I collaborate with an archaeologist
(Herb Maschner, ISU Anthropology) and several other colleagues to
understand the long-term interactions of people with the landscape they
inhabit and the resources they depend upon. Our study area is the Lower Alaska Peninsula region, which
has been inhabited by the Aleut for thousands of years. The archaeological
record from the Lower Alaska Peninsula suggest periods of strong
overexploitation of primary resources followed by collapse or movement of
societies, strong overexploitation of primary resources followed by
switching to alternative resources, and periods of long persistence within
an area. We want to better understand the ecological, geomorphic, and
sociological conditions that predispose to these different patterns of
resource use and persistence or lack of such. The contemporary landscape
shows strong influence of past (prehistoric and historic) villages on
composition, diversity, and productivity of the regional flora and fauna. We
want to understand the relationship of these patterns to success of human
habitation, as well as their continuing importance to people, trophic webs,
and landscape-level patterns of abundance and movement of organisms, and
abundance and exchanges of abiotic resources.
My lab has recently begun to work in detail with the trophic webs associated
with dominant
vegetation in sage-steppe and maritime
tundra ecosystems.
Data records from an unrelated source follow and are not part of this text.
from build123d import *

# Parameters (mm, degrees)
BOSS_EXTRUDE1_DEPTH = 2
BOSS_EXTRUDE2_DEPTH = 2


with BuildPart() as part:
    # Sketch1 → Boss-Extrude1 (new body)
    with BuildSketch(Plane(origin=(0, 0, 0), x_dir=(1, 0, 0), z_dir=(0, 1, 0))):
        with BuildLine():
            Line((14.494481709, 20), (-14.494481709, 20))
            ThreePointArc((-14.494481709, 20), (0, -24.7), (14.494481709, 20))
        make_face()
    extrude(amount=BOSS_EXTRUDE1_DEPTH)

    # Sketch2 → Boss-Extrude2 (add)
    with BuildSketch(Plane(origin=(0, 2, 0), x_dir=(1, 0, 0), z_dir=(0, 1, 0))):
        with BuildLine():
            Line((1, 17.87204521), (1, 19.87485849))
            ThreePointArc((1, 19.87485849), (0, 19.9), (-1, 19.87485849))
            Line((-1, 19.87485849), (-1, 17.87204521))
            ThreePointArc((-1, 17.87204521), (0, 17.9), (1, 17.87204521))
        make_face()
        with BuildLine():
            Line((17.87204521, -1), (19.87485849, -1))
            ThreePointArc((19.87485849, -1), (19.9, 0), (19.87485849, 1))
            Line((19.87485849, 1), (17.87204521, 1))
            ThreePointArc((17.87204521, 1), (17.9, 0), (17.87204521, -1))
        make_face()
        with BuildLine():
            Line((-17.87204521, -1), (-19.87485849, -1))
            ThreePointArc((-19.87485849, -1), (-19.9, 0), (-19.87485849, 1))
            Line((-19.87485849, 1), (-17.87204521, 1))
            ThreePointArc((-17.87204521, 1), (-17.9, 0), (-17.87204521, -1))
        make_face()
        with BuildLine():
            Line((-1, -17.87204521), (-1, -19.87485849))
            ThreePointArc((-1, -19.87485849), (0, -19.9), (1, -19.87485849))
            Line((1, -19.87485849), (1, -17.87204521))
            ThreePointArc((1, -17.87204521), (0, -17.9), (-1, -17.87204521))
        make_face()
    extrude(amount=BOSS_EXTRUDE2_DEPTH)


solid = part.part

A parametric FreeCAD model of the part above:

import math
import FreeCAD as App
import Part
import Sketcher

V = App.Vector
Q = App.Units.Quantity

doc = App.newDocument("Part")
body = doc.addObject("PartDesign::Body", "Body")

# Sketch on XZ plane
sketch1 = body.newObject("Sketcher::SketchObject", "Sketch")
sketch1.AttachmentSupport = (doc.getObject("XZ_Plane"), [""])
sketch1.MapMode = "FlatFace"
sketch1.addGeometry(Part.LineSegment(V(14, -20, 0), V(-14, -20, 0)), False)
sketch1.addGeometry(Part.ArcOfCircle(Part.Circle(V(0, 0, 0), V(0, 0, 1), 25), math.radians(-54), math.radians(234)), False)
sketch1.addConstraint(Sketcher.Constraint("Coincident", 0, 1, 1, 1))
sketch1.addConstraint(Sketcher.Constraint("Coincident", 1, 2, 0, 2))
sketch1.addConstraint(Sketcher.Constraint("Horizontal", 0))
sketch1.addConstraint(Sketcher.Constraint("Coincident", 1, 3, -1, 1))
sketch1.addConstraint(Sketcher.Constraint("Radius", 1, Q("24.7 mm")))
sketch1.addConstraint(Sketcher.Constraint("DistanceY", 0, 1, -1, 1, Q("20 mm")))
pad1 = body.newObject("PartDesign::Pad", "Pad")
pad1.Profile = sketch1
pad1.Length = 2
pad1.Reversed = True

# Sketch on XZ plane
sketch2 = body.newObject("Sketcher::SketchObject", "Sketch001")
sketch2.AttachmentSupport = (doc.getObject("XZ_Plane"), [""])
sketch2.MapMode = "FlatFace"
sketch2.AttachmentOffset = App.Placement(V(0, 0, -2), App.Rotation())
sketch2.addGeometry(Part.LineSegment(V(1, -17.9, 0), V(1, -19.9, 0)), False)
sketch2.addGeometry(Part.ArcOfCircle(Part.Circle(V(0, 0, 0), V(0, 0, 1), 19.9), math.radians(-92.88), math.radians(-87.12)), False)
sketch2.addGeometry(Part.LineSegment(V(-1, -19.9, 0), V(-1, -17.9, 0)), False)
sketch2.addGeometry(Part.ArcOfCircle(Part.Circle(V(0, 0, 0), V(0, 0, 1), 17.9), math.radians(-93.2), math.radians(-86.8)), False)
sketch2.addGeometry(Part.LineSegment(V(17.9, 1, 0), V(19.9, 1, 0)), False)
sketch2.addGeometry(Part.ArcOfCircle(Part.Circle(V(0, 0, 0), V(0, 0, 1), 19.9), math.radians(-2.88), math.radians(2.88)), False)
sketch2.addGeometry(Part.LineSegment(V(19.9, -1, 0), V(17.9, -1, 0)), False)
sketch2.addGeometry(Part.ArcOfCircle(Part.Circle(V(0, 0, 0), V(0, 0, 1), 17.9), math.radians(-3.2), math.radians(3.2)), False)
sketch2.addGeometry(Part.LineSegment(V(-19.9, 1, 0), V(-17.9, 1, 0)), False)
sketch2.addGeometry(Part.ArcOfCircle(Part.Circle(V(0, 0, 0), V(0, 0, 1), 17.9), math.radians(176.8), math.radians(183.2)), False)
sketch2.addGeometry(Part.LineSegment(V(-17.9, -1, 0), V(-19.9, -1, 0)), False)
sketch2.addGeometry(Part.ArcOfCircle(Part.Circle(V(0, 0, 0), V(0, 0, 1), 19.9), math.radians(177.12), math.radians(182.88)), False)
sketch2.addGeometry(Part.LineSegment(V(-1, 17.9, 0), V(-1, 19.9, 0)), False)
sketch2.addGeometry(Part.ArcOfCircle(Part.Circle(V(0, 0, 0), V(0, 0, 1), 19.9), math.radians(87.12), math.radians(92.88)), False)
sketch2.addGeometry(Part.LineSegment(V(1, 19.9, 0), V(1, 17.9, 0)), False)
sketch2.addGeometry(Part.ArcOfCircle(Part.Circle(V(0, 0, 0), V(0, 0, 1), 17.9), math.radians(86.8), math.radians(93.2)), False)
sketch2.addConstraint(Sketcher.Constraint("Coincident", 0, 2, 1, 2))
sketch2.addConstraint(Sketcher.Constraint("Coincident", 1, 1, 2, 1))
sketch2.addConstraint(Sketcher.Constraint("Coincident", 2, 2, 3, 1))
sketch2.addConstraint(Sketcher.Constraint("Coincident", 3, 2, 0, 1))
sketch2.addConstraint(Sketcher.Constraint("Coincident", 4, 2, 5, 2))
sketch2.addConstraint(Sketcher.Constraint("Coincident", 5, 1, 6, 1))
sketch2.addConstraint(Sketcher.Constraint("Coincident", 6, 2, 7, 1))
sketch2.addConstraint(Sketcher.Constraint("Coincident", 7, 2, 4, 1))
sketch2.addConstraint(Sketcher.Constraint("Coincident", 8, 2, 9, 1))
sketch2.addConstraint(Sketcher.Constraint("Coincident", 9, 2, 10, 1))
sketch2.addConstraint(Sketcher.Constraint("Coincident", 10, 2, 11, 2))
sketch2.addConstraint(Sketcher.Constraint("Coincident", 11, 1, 8, 1))
sketch2.addConstraint(Sketcher.Constraint("Coincident", 12, 2, 13, 2))
sketch2.addConstraint(Sketcher.Constraint("Coincident", 13, 1, 14, 1))
sketch2.addConstraint(Sketcher.Constraint("Coincident", 14, 2, 15, 1))
sketch2.addConstraint(Sketcher.Constraint("Coincident", 15, 2, 12, 1))
sketch2.addConstraint(Sketcher.Constraint("Vertical", 0))
sketch2.addConstraint(Sketcher.Constraint("Vertical", 2))
sketch2.addConstraint(Sketcher.Constraint("Horizontal", 4))
sketch2.addConstraint(Sketcher.Constraint("Horizontal", 6))
sketch2.addConstraint(Sketcher.Constraint("Horizontal", 8))
sketch2.addConstraint(Sketcher.Constraint("Horizontal", 10))
sketch2.addConstraint(Sketcher.Constraint("Vertical", 12))
sketch2.addConstraint(Sketcher.Constraint("Vertical", 14))
sketch2.addConstraint(Sketcher.Constraint("Coincident", 1, 3, -1, 1))
sketch2.addConstraint(Sketcher.Constraint("Coincident", 3, 3, -1, 1))
sketch2.addConstraint(Sketcher.Constraint("Coincident", 5, 3, -1, 1))
sketch2.addConstraint(Sketcher.Constraint("Coincident", 7, 3, -1, 1))
sketch2.addConstraint(Sketcher.Constraint("Coincident", 9, 3, -1, 1))
sketch2.addConstraint(Sketcher.Constraint("Coincident", 11, 3, -1, 1))
sketch2.addConstraint(Sketcher.Constraint("Coincident", 13, 3, -1, 1))
sketch2.addConstraint(Sketcher.Constraint("Coincident", 15, 3, -1, 1))
sketch2.addConstraint(Sketcher.Constraint("Equal", 1, 5))
sketch2.addConstraint(Sketcher.Constraint("Equal", 3, 7))
sketch2.addConstraint(Sketcher.Constraint("Equal", 7, 9))
sketch2.addConstraint(Sketcher.Constraint("Equal", 5, 11))
sketch2.addConstraint(Sketcher.Constraint("Equal", 11, 13))
sketch2.addConstraint(Sketcher.Constraint("Equal", 9, 15))
sketch2.addConstraint(Sketcher.Constraint("Horizontal", 0, 2, 1, 1))
sketch2.addConstraint(Sketcher.Constraint("Horizontal", 7, 2, 8, 2))
sketch2.addConstraint(Sketcher.Constraint("Horizontal", 6, 2, 9, 2))
sketch2.addConstraint(Sketcher.Constraint("Horizontal", 12, 2, 13, 1))
sketch2.addConstraint(Sketcher.Constraint("Vertical", 4, 2, 5, 1))
sketch2.addConstraint(Sketcher.Constraint("Vertical", 2, 2, 12, 2))
sketch2.addConstraint(Sketcher.Constraint("Radius", 1, Q("19.9 mm")))
sketch2.addConstraint(Sketcher.Constraint("Radius", 3, Q("17.9 mm")))
sketch2.addConstraint(Sketcher.Constraint("DistanceX", -1, 1, 0, 2, Q("1 mm")))
sketch2.addConstraint(Sketcher.Constraint("DistanceY", -1, 1, 4, 2, Q("1 mm")))
pad2 = body.newObject("PartDesign::Pad", "Pad001")
pad2.Profile = sketch2
pad2.Length = 2
pad2.Reversed = True

doc.recompute()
The work in sage-steppe and tundra will
test ideas of how food webs (and their component species) vary among habitat
patches with different landscape attributes (size, isolation, history
of exposure to land development and invasive species). The work also considers
the influence of temporal variation in the environment on dynamics
of trophic webs. We plan this work to include comparison with temperate
and tropical food webs now under study by colleagues at Imperial College
of London and the NERC
Centre for Population Biology.
Additionally, a major focus of my work over the long-term has been
plant-herbivore interactions and there are always opportunities for students
to develop projects on this topic associated with one of the projects listed
above. In the past, we have studied the distribution and foraging behavior
of small and medium-sized mammals (pikas, jack rabbits, voles, pocket
gophers, kangaroo rats, and woodrats, and some insects) and the effects of
these animals on vegetation and ecosystem dynamics in alpine, subalpine,
montane, prairie, old-field, and desert ecosystems.